Author Ann Beattie has a literary idiosyncrasy: She likes to wear her husband's clothes while she writes. "In the morning, if he doesn't get to them first," she explains, "I take his jeans and plaid shirt, or if it's summer, his running shorts and T-shirt. Then I go down to the typewriter." But Beattie is confiding to friends that the marriage is shaky, which could threaten her supply of work clothes. So far the prose she has been tapping out at 70 words per minute on an electric typewriter has made her a major American literary figure at the age of 32.
During the 1970s Beattie built a following as a New Yorker short story writer, chronicling the Woodstock generation's blues. Last month her collected works, which include the 1976 novel Chilly Scenes of Winter, got wider recognition when she was given a $4,000 award for excellence by the American Academy and Institute of Arts and Letters. Hollywood recognized Chilly Scenes earlier, turning it into the offbeat, though not entirely successful, film Head Over Heels. Now Beattie has produced a second novel, Falling in Place (Random House, $10.95), and it has critics comparing her to John Updike and John Cheever. The book records the disintegration of a Connecticut family; the style is flat, unemotional and jarring.

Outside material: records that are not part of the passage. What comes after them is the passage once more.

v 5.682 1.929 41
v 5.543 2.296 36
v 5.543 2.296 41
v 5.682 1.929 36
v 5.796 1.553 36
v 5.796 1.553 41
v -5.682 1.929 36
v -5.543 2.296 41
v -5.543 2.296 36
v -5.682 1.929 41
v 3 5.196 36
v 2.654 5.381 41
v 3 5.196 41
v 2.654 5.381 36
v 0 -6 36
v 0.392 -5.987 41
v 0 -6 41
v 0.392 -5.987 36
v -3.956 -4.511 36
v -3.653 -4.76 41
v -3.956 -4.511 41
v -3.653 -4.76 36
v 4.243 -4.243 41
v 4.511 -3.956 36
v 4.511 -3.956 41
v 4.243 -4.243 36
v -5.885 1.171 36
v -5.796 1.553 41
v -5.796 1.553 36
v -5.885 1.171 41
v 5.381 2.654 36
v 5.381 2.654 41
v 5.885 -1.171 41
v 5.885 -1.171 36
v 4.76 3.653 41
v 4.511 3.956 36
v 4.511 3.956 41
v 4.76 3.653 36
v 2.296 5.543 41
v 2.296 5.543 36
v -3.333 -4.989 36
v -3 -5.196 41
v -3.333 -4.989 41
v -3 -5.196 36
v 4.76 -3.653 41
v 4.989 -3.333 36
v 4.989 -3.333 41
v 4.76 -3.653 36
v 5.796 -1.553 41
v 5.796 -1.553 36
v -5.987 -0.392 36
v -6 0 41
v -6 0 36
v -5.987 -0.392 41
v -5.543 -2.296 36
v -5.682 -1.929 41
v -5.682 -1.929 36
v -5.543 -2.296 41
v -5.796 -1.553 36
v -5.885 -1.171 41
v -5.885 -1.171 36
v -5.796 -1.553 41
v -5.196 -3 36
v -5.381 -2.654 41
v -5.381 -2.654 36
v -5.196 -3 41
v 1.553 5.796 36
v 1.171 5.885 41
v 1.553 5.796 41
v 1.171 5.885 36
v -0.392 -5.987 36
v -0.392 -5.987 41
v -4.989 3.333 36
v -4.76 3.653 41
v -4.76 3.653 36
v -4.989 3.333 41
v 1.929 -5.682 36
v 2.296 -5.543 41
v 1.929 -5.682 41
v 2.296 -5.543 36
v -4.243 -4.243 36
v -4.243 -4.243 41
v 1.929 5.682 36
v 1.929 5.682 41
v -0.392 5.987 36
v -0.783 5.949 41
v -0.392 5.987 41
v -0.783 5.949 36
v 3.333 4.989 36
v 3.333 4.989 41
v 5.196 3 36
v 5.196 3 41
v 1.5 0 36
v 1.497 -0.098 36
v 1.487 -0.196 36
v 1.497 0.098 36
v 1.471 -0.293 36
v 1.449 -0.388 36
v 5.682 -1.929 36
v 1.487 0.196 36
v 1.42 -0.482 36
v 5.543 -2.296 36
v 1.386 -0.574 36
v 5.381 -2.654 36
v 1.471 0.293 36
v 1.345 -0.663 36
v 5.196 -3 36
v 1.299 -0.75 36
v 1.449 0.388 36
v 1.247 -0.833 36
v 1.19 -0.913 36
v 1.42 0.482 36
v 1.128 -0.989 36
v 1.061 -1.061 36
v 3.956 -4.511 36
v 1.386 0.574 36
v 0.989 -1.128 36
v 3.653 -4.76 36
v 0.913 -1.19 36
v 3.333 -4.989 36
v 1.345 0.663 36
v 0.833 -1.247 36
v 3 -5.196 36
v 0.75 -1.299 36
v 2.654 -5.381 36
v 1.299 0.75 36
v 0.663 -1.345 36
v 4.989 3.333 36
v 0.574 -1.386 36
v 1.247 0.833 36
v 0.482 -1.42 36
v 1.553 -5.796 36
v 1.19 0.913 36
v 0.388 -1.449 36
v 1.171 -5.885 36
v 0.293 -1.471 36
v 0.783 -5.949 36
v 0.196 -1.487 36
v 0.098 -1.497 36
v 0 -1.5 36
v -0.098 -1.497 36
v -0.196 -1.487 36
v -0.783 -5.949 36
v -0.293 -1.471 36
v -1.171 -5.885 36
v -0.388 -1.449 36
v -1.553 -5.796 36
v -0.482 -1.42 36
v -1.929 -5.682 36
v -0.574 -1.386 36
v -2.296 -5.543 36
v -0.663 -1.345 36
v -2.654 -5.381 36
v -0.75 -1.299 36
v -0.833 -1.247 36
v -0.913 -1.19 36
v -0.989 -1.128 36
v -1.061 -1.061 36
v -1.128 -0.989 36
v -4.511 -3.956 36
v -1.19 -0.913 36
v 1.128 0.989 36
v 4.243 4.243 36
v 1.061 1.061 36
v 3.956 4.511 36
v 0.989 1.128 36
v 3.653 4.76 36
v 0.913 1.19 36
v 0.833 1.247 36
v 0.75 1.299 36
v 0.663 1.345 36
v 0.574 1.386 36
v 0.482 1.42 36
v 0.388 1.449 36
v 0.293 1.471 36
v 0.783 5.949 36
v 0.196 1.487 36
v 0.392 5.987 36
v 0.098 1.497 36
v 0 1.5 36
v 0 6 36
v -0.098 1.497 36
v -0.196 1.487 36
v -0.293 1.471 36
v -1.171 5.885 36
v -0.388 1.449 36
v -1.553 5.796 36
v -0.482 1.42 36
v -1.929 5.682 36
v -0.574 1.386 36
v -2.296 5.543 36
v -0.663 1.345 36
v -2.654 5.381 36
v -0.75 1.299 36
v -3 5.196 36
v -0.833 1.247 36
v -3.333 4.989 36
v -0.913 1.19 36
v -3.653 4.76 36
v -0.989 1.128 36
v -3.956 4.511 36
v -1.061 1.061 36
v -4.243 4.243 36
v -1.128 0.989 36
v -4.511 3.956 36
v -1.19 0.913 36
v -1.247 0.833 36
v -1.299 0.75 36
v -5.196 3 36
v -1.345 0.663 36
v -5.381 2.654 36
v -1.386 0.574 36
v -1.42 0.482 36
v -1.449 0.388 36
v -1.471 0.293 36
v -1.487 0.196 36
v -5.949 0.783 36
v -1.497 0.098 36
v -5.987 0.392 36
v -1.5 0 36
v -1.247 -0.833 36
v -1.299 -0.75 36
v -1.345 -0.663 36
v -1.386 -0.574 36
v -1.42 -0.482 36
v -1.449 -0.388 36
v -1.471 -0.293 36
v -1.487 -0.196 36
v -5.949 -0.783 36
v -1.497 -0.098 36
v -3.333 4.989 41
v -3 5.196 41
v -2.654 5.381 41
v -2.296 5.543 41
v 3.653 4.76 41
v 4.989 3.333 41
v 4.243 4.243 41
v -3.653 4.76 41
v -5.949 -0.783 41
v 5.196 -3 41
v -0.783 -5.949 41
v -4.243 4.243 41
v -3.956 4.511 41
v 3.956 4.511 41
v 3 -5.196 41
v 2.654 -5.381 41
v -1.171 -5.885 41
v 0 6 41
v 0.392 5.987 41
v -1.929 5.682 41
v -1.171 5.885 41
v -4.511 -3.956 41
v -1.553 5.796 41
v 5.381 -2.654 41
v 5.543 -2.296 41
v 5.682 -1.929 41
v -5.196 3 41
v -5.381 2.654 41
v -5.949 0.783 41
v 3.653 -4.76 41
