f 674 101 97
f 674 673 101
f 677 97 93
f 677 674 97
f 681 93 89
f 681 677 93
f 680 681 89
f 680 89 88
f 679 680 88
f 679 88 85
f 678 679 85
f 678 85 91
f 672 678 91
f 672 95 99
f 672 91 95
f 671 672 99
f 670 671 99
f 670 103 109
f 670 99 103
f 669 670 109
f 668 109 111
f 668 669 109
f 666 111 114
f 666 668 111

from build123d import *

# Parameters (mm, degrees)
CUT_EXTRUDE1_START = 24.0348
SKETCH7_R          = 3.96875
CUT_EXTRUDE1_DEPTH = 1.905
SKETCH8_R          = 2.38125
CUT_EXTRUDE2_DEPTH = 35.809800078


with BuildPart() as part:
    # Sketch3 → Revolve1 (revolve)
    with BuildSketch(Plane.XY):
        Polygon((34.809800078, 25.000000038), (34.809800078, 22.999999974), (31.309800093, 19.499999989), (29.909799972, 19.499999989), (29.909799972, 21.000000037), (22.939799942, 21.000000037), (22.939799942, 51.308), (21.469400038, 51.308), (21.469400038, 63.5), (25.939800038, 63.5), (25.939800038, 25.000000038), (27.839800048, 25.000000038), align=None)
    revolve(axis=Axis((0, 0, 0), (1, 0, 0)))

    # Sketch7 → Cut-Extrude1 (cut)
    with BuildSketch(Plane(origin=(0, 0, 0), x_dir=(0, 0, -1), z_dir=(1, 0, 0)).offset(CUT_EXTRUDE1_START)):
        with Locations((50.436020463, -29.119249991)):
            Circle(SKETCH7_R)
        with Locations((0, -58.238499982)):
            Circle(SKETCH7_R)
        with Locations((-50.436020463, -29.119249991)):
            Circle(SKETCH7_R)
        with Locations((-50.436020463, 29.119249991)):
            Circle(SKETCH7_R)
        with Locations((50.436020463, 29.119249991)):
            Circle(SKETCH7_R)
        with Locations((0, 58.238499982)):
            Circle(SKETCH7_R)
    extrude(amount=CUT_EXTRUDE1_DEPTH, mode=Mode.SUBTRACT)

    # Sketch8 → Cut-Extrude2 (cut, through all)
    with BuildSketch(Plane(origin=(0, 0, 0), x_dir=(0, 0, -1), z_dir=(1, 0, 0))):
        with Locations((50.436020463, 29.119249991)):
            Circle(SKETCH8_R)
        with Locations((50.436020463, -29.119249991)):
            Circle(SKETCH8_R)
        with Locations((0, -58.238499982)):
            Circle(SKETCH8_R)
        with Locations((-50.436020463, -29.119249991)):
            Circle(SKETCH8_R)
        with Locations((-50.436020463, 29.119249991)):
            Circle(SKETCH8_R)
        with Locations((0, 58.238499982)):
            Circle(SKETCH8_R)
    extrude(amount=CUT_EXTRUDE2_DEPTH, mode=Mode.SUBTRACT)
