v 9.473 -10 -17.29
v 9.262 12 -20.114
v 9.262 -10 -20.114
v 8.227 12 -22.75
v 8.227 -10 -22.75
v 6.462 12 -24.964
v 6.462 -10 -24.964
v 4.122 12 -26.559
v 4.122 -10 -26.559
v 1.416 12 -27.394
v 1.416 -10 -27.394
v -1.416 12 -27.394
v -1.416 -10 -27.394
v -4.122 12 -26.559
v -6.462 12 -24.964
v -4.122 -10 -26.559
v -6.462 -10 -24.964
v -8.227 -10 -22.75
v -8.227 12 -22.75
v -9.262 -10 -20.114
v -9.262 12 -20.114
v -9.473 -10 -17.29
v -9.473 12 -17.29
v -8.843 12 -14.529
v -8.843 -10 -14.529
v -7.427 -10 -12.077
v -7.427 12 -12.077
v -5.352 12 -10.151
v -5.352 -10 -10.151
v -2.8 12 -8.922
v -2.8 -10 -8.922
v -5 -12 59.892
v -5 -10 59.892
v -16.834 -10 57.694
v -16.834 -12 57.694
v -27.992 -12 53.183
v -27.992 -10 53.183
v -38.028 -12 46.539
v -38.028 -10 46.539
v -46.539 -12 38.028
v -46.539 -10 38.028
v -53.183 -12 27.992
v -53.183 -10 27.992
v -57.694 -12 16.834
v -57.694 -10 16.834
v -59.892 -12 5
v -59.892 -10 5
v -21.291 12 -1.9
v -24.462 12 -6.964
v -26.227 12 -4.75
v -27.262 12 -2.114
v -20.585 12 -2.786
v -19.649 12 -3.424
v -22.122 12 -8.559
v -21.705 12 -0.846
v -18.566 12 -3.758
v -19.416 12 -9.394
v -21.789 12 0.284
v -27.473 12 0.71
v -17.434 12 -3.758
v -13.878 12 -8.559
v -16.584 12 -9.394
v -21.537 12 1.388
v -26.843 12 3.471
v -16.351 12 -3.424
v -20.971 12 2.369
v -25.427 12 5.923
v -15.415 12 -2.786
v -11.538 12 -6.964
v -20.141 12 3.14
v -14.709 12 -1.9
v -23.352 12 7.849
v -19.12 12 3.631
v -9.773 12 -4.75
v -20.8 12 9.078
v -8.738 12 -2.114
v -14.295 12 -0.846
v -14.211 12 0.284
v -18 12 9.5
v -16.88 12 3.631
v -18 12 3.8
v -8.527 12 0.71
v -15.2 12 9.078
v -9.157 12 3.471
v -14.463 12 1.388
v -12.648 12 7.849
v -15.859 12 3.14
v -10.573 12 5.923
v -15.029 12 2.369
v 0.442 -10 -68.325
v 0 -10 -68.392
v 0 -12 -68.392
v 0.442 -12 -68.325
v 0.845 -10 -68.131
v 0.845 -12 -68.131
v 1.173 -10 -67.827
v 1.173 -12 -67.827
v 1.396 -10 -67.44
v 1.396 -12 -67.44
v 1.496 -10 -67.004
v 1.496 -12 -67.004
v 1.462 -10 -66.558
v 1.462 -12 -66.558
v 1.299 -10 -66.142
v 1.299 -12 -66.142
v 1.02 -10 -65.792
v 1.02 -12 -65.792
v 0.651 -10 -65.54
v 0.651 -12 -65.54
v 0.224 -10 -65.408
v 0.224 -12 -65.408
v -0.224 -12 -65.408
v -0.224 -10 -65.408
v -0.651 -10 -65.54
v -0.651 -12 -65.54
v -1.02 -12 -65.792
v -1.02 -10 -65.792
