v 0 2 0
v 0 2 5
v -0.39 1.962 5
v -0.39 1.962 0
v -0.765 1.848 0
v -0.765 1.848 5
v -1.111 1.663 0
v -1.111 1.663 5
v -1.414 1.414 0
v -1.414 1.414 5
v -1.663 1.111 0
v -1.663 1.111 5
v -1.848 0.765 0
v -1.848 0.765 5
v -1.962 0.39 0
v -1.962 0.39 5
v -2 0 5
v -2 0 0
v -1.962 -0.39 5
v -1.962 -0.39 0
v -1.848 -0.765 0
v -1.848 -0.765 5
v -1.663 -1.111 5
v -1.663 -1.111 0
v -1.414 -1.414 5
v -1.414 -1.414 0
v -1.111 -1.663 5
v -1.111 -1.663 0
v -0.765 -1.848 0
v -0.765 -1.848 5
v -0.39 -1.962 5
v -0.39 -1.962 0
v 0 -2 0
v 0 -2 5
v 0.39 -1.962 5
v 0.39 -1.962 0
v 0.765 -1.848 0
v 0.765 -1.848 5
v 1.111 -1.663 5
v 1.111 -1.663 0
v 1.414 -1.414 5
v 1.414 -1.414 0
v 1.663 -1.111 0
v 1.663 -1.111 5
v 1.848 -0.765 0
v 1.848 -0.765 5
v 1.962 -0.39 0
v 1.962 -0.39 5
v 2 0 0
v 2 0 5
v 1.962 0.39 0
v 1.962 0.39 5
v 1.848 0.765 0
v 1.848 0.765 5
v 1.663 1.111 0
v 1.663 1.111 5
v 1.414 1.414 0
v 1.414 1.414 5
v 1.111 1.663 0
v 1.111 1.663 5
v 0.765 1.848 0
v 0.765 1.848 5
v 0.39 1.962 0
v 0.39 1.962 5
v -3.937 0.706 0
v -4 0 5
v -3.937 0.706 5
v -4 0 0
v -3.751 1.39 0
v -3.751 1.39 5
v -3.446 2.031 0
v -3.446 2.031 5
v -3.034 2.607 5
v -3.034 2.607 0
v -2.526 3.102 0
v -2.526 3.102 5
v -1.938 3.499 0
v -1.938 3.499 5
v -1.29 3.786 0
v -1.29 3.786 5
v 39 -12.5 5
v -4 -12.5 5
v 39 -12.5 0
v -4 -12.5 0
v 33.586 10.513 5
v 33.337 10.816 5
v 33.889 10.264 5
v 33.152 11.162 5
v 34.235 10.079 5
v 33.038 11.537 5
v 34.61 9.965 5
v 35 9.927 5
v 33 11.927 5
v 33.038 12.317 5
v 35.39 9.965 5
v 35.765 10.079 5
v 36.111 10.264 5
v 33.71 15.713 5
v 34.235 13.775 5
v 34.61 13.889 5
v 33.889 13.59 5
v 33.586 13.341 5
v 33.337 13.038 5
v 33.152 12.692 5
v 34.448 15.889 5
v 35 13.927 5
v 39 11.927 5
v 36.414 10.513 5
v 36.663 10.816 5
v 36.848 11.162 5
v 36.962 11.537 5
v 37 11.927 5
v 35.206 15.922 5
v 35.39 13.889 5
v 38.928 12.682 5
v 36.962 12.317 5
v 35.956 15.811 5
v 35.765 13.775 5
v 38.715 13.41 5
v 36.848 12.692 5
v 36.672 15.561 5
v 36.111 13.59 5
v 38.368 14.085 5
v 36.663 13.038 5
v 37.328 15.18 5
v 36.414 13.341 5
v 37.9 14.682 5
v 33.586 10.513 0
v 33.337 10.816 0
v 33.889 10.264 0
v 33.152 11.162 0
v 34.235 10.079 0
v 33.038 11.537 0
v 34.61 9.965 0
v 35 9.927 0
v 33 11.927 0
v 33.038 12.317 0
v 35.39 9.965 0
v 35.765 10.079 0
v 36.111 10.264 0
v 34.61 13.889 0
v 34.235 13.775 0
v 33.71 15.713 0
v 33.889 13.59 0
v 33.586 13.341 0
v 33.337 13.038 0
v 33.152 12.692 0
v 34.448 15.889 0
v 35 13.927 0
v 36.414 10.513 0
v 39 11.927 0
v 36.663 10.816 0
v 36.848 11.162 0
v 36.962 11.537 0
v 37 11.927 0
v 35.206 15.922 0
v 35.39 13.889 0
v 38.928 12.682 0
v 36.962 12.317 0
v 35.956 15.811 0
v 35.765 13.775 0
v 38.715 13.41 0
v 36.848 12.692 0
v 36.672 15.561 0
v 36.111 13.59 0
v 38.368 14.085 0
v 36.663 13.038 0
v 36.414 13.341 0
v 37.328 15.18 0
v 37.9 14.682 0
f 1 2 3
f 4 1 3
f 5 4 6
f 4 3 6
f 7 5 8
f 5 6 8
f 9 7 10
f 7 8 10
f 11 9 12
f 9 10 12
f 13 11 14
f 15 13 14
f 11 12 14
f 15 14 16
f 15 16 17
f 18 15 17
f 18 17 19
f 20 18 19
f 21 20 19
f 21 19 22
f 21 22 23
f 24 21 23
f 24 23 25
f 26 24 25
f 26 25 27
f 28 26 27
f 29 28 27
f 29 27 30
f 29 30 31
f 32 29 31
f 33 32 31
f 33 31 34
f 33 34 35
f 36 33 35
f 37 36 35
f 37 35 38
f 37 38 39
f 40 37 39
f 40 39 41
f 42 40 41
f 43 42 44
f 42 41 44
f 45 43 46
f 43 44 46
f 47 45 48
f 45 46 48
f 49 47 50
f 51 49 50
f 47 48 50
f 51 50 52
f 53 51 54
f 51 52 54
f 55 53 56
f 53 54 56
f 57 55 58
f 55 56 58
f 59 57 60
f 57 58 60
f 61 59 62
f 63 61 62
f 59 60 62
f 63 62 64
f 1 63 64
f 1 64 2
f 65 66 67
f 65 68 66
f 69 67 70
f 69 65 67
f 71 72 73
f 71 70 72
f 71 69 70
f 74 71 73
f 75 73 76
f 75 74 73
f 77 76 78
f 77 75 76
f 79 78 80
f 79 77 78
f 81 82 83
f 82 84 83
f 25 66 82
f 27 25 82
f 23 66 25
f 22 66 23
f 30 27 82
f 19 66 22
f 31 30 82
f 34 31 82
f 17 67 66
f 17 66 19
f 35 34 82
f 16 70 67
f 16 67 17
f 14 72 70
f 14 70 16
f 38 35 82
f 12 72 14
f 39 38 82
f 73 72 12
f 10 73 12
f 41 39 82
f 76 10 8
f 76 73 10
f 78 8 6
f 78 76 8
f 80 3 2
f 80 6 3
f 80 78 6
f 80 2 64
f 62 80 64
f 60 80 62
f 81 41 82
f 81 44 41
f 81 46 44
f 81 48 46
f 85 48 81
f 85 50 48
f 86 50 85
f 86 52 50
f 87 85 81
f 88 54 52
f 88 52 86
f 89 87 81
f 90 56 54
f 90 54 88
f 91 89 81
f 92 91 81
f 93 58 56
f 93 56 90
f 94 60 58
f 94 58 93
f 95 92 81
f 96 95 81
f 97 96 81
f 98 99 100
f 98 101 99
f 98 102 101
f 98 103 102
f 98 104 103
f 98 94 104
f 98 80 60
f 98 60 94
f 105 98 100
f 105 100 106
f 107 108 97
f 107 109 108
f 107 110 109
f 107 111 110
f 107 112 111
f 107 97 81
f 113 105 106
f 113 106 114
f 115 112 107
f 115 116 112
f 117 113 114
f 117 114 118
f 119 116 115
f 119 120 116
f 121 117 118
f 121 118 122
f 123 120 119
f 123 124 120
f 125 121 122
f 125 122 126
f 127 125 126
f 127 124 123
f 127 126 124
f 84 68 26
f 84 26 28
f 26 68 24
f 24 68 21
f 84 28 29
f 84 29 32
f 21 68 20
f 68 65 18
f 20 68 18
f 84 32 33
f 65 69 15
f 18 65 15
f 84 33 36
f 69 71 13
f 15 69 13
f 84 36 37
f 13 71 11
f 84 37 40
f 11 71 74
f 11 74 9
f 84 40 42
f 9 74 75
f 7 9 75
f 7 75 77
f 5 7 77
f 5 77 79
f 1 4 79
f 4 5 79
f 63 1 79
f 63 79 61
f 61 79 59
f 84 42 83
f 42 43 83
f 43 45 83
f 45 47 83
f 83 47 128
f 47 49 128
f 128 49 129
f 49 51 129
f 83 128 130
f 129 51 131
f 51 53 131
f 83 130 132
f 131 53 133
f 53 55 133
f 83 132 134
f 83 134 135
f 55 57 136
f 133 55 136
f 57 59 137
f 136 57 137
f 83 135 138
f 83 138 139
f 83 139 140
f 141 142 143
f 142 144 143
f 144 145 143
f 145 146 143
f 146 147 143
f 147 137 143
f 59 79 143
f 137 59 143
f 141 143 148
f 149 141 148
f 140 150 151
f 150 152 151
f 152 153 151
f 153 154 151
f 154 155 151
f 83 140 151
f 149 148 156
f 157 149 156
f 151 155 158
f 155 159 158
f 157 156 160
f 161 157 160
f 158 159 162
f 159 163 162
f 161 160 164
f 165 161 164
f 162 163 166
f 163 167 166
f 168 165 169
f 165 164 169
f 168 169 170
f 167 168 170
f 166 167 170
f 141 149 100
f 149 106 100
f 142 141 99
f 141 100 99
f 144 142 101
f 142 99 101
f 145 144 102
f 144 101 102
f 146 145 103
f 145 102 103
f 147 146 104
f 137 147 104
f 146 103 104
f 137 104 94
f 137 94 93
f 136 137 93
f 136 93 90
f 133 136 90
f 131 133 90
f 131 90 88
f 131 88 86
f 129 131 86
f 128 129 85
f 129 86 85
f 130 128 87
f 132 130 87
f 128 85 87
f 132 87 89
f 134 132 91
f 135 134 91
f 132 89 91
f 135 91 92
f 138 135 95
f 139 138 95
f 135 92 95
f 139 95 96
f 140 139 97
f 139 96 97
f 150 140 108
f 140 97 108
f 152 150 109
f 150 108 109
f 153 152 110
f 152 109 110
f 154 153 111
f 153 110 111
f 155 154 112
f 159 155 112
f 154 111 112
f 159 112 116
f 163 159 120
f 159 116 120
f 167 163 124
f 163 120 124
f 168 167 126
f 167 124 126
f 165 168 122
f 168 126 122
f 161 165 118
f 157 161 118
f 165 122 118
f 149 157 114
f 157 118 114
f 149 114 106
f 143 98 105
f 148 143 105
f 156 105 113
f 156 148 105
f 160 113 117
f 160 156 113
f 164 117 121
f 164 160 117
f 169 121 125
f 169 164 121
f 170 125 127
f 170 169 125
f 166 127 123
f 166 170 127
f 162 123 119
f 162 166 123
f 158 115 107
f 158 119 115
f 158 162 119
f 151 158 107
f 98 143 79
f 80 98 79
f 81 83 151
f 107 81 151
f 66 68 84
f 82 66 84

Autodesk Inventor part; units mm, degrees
ref_plane "YZ Plane" through (0, 0, 0) normal (1, 0, 0) x (0, 1, 0)
ref_plane "XZ Plane" through (0, 0, 0) normal (0, 1, 0) x (-1, 0, 0)
ref_plane "XY Plane" through (0, 0, 0) normal (0, 0, 1) x (1, 0, 0)
sketch "スケッチ1" plane through (0, 0, 0) normal (0, 0, 1) x (1, 0, 0)
  line L0 (0, 0) -> (35, 11.927) construction
  line L1 (33.7098, 15.7132) -> (-1.2902, 3.7862)
  line L2 (-4, 0) -> (-4, -12.5)
  line L3 (-4, -12.5) -> (39, -12.5)
  line L4 (39, -12.5) -> (39, 11.927)
  arc A0 (-1.2902, 3.7862) -> (-4, 0) centre (0, 0) ccw
  arc A1 (39, 11.927) -> (33.7098, 15.7132) centre (35, 11.927) ccw
  dimension "d0" = 35
  dimension "d1" = 11.927
  dimension "d2" = 4
  dimension "d12" = 12.5
extrude "押し出し1" add sketch "スケッチ1" along normal blind 5
hole "穴1" at (0, 0, 0) at (35, 11.927, 0) direction (0, 0, 1) diameter 4 end through all
properties part number "COXA_ROLL_COUPLER_BACK"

Beattie is both flattered by and wary of the growing attention. She shuns book tours and radio and TV interviews. "People think writers are on to some essential mystery," she once explained, "the way they assume doctors have access to cure-alls. They want easy answers and come on to writers like shrinks at a cocktail party." Beat-tie wonders whether she might be "flypaper for loonies," because of her curiosity about peculiar people. The cast of oddballs in her new book includes an unemployed magician who harasses a Yale Ph.D. candidate, and a 12-year-old boy who pokes a pinhole in his mother's diaphragm.
Beattie burned out two typewriters completing Falling in Place in seven weeks. The decision to write the novel came after an unhappy year teaching at Harvard. "I left without ever meeting the head of the English department," she explains. "I did not feel important at Harvard."
With a $10,000 Guggenheim grant, Ann and her husband, David Gates, 33, settled in a rented house on four acres in Redding, Conn. He is a part-time musician (fiddle, guitar and banjo) who has a job answering readers' letters for Newsweek. When David took off on a cross-country tour last summer with his string band, Ann pushed her desk up against the window and set to work. "Incredibly beautiful flowers were blooming outside," she remembers, "and a hummingbird came exactly at 1 p.m. and stayed till exactly 3 p.m. I didn't have any friends, but people were all around me—at the market and on the commuter train." They became the grist of Falling in Place.
Raised in Washington, D.C., the daughter of a retired HEW administrator, Beattie received a B.A. in English from American University and a master's at the University of Connecticut. While working on her doctorate (she quit two exams and one dissertation short) she submitted 15 stories to The New Yorker and finally had one accepted in 1973.
While at Connecticut she met David, a fellow student, and they lived together for two years on a combined income of $6,000 before Ann proposed. "We played a game in those days," says David. "We had written agreements to do things, and she sneaked it into one of the documents."
The couple has rented a second home, a one-bedroom apartment in Manhattan. "I am more inspired to write," says Ann, "if somebody is being knifed on the street than if birds are flying by."
Beattie doesn't waste time when it comes to writing short stories. "If one doesn't have a momentum of its own by the fifth page," she says, "it ends up in the trash." Then she waits for another inspiration. "I shop. I iron. I go to the bank," she says. "What I do most is not write."